The task: Return every line of the data that contains the string "OpenCascade".

Recorded data:
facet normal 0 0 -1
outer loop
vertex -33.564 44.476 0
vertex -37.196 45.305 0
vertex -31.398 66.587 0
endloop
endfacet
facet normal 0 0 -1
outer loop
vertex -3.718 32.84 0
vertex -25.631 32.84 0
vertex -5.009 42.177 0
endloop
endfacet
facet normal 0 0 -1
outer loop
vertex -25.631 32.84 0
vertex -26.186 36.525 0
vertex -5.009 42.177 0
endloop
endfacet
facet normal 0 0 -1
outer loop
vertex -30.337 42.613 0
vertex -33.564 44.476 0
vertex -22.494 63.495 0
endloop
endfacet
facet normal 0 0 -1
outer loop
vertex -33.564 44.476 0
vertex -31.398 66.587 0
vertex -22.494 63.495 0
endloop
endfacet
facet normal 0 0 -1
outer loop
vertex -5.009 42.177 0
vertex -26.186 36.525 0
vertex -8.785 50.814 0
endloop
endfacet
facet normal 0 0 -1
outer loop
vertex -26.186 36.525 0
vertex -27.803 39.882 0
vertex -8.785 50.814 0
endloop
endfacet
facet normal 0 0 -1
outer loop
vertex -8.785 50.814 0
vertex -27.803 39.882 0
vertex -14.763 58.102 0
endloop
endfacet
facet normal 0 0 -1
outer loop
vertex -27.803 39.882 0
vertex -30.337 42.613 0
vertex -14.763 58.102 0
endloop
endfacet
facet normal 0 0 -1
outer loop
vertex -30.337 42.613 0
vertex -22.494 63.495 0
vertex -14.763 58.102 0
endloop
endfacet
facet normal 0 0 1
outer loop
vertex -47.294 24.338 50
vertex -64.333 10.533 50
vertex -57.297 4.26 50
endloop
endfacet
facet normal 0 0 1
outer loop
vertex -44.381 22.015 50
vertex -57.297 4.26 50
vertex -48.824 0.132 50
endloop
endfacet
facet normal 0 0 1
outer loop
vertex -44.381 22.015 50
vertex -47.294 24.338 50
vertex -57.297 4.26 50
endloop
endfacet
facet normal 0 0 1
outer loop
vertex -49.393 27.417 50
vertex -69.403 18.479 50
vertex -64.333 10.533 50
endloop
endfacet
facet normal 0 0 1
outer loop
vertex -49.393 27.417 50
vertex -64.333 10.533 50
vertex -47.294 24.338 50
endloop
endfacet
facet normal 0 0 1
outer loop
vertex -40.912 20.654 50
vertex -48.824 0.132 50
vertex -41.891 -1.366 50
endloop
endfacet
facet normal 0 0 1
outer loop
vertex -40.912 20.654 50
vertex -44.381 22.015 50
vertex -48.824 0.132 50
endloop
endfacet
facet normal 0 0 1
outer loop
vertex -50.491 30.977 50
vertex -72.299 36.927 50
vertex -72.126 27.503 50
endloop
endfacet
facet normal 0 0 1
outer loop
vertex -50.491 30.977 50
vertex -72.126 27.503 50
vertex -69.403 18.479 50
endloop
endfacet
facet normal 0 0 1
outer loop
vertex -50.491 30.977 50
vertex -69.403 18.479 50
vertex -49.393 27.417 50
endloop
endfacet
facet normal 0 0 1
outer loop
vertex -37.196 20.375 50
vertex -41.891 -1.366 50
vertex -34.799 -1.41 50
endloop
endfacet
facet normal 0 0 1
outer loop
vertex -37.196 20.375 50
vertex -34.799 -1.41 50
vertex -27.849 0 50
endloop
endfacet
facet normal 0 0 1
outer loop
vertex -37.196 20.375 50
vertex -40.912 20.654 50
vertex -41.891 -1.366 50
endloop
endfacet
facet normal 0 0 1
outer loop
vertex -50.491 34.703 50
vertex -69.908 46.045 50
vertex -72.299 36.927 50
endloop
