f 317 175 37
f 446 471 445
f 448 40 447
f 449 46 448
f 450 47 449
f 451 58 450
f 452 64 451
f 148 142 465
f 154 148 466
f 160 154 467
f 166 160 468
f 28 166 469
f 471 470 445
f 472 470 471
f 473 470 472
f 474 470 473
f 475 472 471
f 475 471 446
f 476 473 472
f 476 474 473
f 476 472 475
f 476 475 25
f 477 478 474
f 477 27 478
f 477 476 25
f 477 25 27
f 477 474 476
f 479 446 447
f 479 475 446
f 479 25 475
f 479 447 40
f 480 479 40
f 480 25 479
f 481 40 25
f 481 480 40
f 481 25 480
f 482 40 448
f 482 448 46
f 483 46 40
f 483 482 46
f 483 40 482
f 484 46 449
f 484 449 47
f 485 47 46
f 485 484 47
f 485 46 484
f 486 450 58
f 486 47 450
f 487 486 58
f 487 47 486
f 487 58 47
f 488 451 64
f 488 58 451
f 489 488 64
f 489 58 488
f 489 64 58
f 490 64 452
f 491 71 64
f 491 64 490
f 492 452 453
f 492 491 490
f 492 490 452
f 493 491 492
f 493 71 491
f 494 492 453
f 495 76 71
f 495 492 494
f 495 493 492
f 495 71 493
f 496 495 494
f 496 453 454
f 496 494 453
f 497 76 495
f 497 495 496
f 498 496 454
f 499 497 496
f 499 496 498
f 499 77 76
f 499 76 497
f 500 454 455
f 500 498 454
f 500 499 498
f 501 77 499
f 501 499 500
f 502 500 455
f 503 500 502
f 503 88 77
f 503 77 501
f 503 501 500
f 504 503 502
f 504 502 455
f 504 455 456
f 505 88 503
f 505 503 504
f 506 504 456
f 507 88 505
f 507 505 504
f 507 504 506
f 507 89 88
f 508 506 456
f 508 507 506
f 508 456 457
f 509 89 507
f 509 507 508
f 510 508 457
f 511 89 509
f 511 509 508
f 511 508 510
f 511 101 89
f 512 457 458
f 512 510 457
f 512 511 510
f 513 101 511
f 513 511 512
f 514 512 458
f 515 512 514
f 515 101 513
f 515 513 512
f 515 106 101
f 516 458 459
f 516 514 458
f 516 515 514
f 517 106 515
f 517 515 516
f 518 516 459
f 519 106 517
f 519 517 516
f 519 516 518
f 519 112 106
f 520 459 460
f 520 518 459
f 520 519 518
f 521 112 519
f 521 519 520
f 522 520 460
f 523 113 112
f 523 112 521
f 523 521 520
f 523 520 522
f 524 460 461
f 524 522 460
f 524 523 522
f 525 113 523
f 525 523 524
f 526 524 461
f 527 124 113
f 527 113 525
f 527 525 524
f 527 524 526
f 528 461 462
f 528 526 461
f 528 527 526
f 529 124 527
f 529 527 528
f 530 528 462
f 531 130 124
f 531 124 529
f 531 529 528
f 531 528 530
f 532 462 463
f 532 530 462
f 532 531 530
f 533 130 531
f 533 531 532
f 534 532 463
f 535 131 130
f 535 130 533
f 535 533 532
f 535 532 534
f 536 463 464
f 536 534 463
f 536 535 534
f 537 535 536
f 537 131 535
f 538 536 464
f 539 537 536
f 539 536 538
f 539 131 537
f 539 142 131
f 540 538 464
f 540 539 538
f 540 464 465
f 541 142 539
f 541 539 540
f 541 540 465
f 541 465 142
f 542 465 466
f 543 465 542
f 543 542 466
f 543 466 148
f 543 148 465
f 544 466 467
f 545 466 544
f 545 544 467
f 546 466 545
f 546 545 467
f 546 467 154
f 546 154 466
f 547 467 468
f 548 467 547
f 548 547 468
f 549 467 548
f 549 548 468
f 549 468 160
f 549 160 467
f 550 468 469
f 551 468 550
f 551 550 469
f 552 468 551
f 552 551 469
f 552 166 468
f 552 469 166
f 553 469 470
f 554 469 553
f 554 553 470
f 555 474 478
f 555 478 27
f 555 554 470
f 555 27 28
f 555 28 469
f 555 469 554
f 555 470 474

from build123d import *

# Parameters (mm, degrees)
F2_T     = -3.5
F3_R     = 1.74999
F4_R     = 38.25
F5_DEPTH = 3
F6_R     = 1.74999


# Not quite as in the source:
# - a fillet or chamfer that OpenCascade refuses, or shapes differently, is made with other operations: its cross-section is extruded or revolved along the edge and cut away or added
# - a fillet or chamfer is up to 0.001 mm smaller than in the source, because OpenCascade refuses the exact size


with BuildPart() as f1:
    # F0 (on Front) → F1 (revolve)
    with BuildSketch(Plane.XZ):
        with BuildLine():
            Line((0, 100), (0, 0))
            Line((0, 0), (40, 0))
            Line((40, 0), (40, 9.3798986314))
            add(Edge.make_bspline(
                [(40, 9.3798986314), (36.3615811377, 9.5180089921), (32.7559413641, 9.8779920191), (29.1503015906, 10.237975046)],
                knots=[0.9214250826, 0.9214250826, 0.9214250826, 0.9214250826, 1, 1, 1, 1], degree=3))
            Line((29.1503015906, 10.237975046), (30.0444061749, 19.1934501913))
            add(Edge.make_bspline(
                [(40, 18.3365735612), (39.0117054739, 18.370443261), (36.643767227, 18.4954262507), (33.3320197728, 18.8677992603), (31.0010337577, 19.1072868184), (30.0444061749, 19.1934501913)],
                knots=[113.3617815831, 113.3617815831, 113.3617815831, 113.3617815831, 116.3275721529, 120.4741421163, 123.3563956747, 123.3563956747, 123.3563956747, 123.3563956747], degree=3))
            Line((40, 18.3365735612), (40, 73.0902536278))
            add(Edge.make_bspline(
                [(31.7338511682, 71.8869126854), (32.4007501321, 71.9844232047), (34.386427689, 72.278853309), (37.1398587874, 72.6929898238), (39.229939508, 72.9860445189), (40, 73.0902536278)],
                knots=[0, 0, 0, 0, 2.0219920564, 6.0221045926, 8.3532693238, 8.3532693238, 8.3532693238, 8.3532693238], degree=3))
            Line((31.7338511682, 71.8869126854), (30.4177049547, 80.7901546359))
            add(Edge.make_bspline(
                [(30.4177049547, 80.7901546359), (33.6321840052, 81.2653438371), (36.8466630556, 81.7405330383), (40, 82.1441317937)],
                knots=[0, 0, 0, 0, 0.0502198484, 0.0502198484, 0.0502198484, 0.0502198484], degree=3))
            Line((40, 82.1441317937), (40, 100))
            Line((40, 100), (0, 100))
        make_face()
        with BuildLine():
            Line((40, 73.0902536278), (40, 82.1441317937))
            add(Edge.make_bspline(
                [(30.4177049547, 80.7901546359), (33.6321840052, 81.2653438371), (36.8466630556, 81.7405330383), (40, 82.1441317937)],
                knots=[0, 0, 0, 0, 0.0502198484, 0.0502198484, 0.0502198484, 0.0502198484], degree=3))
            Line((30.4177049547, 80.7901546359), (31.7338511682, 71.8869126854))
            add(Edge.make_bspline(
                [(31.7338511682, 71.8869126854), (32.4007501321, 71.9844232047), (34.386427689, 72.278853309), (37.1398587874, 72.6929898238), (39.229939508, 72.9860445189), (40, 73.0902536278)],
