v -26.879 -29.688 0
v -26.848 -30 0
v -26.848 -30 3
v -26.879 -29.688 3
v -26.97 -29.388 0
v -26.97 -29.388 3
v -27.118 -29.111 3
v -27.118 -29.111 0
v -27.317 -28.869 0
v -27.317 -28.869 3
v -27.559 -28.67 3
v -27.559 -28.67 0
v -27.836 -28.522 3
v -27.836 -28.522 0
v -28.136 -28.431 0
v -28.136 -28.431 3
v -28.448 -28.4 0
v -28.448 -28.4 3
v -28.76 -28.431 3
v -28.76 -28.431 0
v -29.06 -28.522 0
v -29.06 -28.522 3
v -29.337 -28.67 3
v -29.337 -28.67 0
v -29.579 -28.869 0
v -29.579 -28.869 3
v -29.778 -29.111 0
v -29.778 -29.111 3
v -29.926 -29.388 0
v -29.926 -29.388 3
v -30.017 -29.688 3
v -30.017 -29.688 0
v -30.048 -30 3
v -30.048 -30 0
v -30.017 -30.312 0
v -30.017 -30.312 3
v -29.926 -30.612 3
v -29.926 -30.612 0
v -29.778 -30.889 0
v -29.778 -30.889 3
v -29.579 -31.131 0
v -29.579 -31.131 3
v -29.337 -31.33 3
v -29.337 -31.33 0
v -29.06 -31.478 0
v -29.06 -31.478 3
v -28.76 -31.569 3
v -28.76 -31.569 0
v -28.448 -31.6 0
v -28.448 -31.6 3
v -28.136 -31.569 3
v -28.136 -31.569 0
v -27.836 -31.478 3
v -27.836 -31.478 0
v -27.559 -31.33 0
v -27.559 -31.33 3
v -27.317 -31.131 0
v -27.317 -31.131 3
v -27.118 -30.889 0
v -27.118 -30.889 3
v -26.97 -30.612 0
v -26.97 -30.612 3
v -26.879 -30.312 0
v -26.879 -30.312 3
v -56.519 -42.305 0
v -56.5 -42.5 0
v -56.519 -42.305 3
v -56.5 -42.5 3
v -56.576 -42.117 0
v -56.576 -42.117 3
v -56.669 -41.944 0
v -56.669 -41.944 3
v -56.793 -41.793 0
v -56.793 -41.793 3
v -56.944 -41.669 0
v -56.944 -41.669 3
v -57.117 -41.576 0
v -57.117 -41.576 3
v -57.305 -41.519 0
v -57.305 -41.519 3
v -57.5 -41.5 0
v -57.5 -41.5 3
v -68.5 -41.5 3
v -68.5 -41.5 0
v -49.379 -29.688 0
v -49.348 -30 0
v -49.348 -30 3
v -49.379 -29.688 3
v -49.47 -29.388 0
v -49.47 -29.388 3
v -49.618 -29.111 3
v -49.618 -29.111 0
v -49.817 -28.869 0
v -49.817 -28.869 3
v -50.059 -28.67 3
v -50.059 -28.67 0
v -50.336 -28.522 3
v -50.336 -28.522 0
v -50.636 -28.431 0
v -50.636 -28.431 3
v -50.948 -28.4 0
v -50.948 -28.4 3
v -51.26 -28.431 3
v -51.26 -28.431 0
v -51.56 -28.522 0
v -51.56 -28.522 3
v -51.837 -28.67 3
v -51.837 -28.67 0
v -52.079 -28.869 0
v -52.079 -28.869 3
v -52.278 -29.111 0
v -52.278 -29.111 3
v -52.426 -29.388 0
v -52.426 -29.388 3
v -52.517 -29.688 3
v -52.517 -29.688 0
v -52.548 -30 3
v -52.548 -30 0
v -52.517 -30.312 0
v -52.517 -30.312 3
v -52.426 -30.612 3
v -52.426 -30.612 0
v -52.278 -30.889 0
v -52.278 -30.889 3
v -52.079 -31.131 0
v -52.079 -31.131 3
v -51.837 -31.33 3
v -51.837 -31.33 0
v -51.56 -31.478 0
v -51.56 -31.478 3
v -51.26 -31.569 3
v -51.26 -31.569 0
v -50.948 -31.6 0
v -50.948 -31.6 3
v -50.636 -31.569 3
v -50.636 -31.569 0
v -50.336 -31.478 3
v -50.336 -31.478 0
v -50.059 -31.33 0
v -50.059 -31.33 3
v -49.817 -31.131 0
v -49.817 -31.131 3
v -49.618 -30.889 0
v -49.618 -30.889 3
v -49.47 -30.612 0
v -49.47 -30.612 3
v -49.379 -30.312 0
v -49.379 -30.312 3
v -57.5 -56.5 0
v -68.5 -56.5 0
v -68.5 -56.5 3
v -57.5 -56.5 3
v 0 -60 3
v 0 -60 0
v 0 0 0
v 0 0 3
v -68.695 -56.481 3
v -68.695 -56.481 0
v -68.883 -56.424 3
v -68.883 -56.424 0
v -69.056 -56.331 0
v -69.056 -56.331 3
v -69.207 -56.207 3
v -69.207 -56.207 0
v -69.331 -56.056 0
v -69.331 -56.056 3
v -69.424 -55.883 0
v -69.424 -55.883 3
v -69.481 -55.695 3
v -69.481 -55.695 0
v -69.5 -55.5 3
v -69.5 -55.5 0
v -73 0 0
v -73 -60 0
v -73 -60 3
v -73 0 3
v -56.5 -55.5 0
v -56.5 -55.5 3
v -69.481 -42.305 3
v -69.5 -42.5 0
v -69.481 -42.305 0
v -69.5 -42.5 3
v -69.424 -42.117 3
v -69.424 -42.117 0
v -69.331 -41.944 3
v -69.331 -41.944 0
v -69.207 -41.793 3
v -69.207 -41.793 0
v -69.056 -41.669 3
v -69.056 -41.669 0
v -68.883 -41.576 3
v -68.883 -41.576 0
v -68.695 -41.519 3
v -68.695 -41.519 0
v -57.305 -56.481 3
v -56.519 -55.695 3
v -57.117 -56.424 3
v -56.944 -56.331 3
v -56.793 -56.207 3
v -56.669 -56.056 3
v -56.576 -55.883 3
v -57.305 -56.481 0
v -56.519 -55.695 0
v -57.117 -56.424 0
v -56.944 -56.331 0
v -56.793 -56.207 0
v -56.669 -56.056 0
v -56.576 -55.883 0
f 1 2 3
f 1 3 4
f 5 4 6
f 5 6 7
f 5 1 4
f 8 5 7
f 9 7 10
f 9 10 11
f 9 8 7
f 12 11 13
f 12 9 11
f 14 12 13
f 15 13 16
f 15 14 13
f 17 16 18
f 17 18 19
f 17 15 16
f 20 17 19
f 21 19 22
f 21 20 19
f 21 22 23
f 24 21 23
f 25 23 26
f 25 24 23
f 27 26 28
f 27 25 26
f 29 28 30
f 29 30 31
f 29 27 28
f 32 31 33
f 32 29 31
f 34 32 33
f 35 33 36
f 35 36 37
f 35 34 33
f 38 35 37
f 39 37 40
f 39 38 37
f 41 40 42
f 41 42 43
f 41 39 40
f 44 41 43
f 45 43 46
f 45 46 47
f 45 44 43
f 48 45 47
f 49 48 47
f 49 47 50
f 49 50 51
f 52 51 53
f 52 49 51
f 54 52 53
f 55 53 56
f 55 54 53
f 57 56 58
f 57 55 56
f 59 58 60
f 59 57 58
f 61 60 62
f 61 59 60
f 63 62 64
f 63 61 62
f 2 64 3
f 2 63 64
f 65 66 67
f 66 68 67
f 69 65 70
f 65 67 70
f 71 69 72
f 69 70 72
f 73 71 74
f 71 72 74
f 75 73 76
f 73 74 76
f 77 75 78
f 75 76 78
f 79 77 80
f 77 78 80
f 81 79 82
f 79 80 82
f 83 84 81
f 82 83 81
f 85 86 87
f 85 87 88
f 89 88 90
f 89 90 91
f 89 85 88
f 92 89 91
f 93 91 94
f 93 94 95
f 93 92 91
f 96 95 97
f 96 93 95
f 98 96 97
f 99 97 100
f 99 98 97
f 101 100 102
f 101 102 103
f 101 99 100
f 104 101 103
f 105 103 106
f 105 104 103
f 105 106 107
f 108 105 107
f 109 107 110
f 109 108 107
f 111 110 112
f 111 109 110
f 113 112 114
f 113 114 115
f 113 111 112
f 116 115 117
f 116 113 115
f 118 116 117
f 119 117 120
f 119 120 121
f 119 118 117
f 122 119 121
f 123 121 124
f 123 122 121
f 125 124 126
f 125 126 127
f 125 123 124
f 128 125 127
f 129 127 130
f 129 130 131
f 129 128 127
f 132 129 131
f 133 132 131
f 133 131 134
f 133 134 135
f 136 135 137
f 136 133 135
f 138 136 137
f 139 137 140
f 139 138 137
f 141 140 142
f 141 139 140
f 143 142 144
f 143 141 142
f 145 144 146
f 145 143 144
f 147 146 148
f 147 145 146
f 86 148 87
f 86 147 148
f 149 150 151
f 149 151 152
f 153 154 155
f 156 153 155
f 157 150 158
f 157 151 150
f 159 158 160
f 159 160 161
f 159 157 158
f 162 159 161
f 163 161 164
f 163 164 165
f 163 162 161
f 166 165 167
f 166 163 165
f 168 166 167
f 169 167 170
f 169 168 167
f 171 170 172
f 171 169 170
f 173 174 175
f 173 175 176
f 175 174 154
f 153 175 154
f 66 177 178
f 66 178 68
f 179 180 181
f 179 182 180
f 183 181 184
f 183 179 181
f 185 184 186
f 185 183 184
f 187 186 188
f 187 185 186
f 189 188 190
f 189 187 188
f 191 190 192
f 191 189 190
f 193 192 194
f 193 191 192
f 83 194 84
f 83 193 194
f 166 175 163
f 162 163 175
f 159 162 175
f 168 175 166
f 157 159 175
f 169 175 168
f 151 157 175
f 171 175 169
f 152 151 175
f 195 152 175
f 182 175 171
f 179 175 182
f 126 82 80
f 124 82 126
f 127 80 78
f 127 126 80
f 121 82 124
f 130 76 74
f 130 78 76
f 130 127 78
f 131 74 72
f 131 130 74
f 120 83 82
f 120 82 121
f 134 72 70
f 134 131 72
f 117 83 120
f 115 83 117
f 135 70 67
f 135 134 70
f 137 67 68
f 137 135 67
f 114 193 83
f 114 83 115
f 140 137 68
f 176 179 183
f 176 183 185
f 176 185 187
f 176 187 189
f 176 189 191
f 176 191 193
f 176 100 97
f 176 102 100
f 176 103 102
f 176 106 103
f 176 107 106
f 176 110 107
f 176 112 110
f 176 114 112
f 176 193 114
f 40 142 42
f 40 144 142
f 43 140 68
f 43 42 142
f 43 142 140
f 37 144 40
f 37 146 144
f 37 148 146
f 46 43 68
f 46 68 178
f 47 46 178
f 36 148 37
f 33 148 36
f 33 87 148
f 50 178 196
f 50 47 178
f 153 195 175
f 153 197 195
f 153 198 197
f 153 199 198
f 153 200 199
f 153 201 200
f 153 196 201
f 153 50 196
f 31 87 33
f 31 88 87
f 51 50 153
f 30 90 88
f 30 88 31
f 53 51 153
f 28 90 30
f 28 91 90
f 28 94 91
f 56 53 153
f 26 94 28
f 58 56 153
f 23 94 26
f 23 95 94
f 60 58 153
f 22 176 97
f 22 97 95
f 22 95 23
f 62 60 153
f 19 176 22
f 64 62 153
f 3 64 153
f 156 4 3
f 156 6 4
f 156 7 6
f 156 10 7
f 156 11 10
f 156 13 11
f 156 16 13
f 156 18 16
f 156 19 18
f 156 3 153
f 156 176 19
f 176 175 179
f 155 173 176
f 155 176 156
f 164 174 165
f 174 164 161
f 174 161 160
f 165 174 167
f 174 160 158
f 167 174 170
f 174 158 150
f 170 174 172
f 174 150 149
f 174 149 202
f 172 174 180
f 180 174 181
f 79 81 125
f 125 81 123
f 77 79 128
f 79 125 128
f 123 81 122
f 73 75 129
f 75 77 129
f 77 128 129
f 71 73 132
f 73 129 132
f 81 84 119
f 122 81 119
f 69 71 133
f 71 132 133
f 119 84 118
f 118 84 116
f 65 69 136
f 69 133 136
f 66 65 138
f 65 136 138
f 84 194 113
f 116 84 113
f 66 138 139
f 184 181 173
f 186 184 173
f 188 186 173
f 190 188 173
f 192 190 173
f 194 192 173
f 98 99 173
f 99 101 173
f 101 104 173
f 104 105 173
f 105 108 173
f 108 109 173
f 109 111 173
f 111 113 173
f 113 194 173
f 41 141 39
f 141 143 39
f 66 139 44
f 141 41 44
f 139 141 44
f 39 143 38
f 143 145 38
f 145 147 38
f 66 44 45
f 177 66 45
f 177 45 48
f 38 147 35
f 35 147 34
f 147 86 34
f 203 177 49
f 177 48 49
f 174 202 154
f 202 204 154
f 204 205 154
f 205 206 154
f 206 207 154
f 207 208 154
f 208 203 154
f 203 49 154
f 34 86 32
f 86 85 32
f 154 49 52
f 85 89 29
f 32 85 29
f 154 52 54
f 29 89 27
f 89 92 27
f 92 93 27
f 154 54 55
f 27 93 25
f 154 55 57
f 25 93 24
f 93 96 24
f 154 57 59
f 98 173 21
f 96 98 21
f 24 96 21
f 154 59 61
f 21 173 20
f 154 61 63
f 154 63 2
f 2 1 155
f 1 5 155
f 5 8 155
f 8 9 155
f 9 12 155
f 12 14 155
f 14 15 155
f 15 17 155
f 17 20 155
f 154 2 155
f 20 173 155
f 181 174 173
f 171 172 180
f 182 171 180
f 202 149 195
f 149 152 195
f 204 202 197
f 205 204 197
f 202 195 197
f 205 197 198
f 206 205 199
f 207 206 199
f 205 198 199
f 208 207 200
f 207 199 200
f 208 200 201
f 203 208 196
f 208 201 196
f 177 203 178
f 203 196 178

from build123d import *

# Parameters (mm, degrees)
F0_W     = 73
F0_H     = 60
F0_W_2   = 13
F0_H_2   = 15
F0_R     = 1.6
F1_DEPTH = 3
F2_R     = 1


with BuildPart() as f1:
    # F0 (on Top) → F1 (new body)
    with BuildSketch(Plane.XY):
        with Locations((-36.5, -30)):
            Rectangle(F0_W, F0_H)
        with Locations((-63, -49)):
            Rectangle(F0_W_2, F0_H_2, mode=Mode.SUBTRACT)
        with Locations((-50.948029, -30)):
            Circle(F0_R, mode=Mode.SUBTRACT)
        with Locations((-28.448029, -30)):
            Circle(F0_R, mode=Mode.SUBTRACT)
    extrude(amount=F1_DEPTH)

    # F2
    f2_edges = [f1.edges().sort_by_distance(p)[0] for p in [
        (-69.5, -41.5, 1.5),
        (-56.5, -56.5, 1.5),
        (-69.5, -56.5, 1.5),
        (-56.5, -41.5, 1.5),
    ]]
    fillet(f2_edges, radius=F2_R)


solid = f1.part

Exercise answer:
# - a fillet or chamfer that OpenCascade refuses, or shapes differently, is made with other operations: its cross-section is extruded or revolved along the edge and cut away or added
# - a fillet or chamfer is up to 0.001 mm smaller than in the source, because OpenCascade refuses the exact size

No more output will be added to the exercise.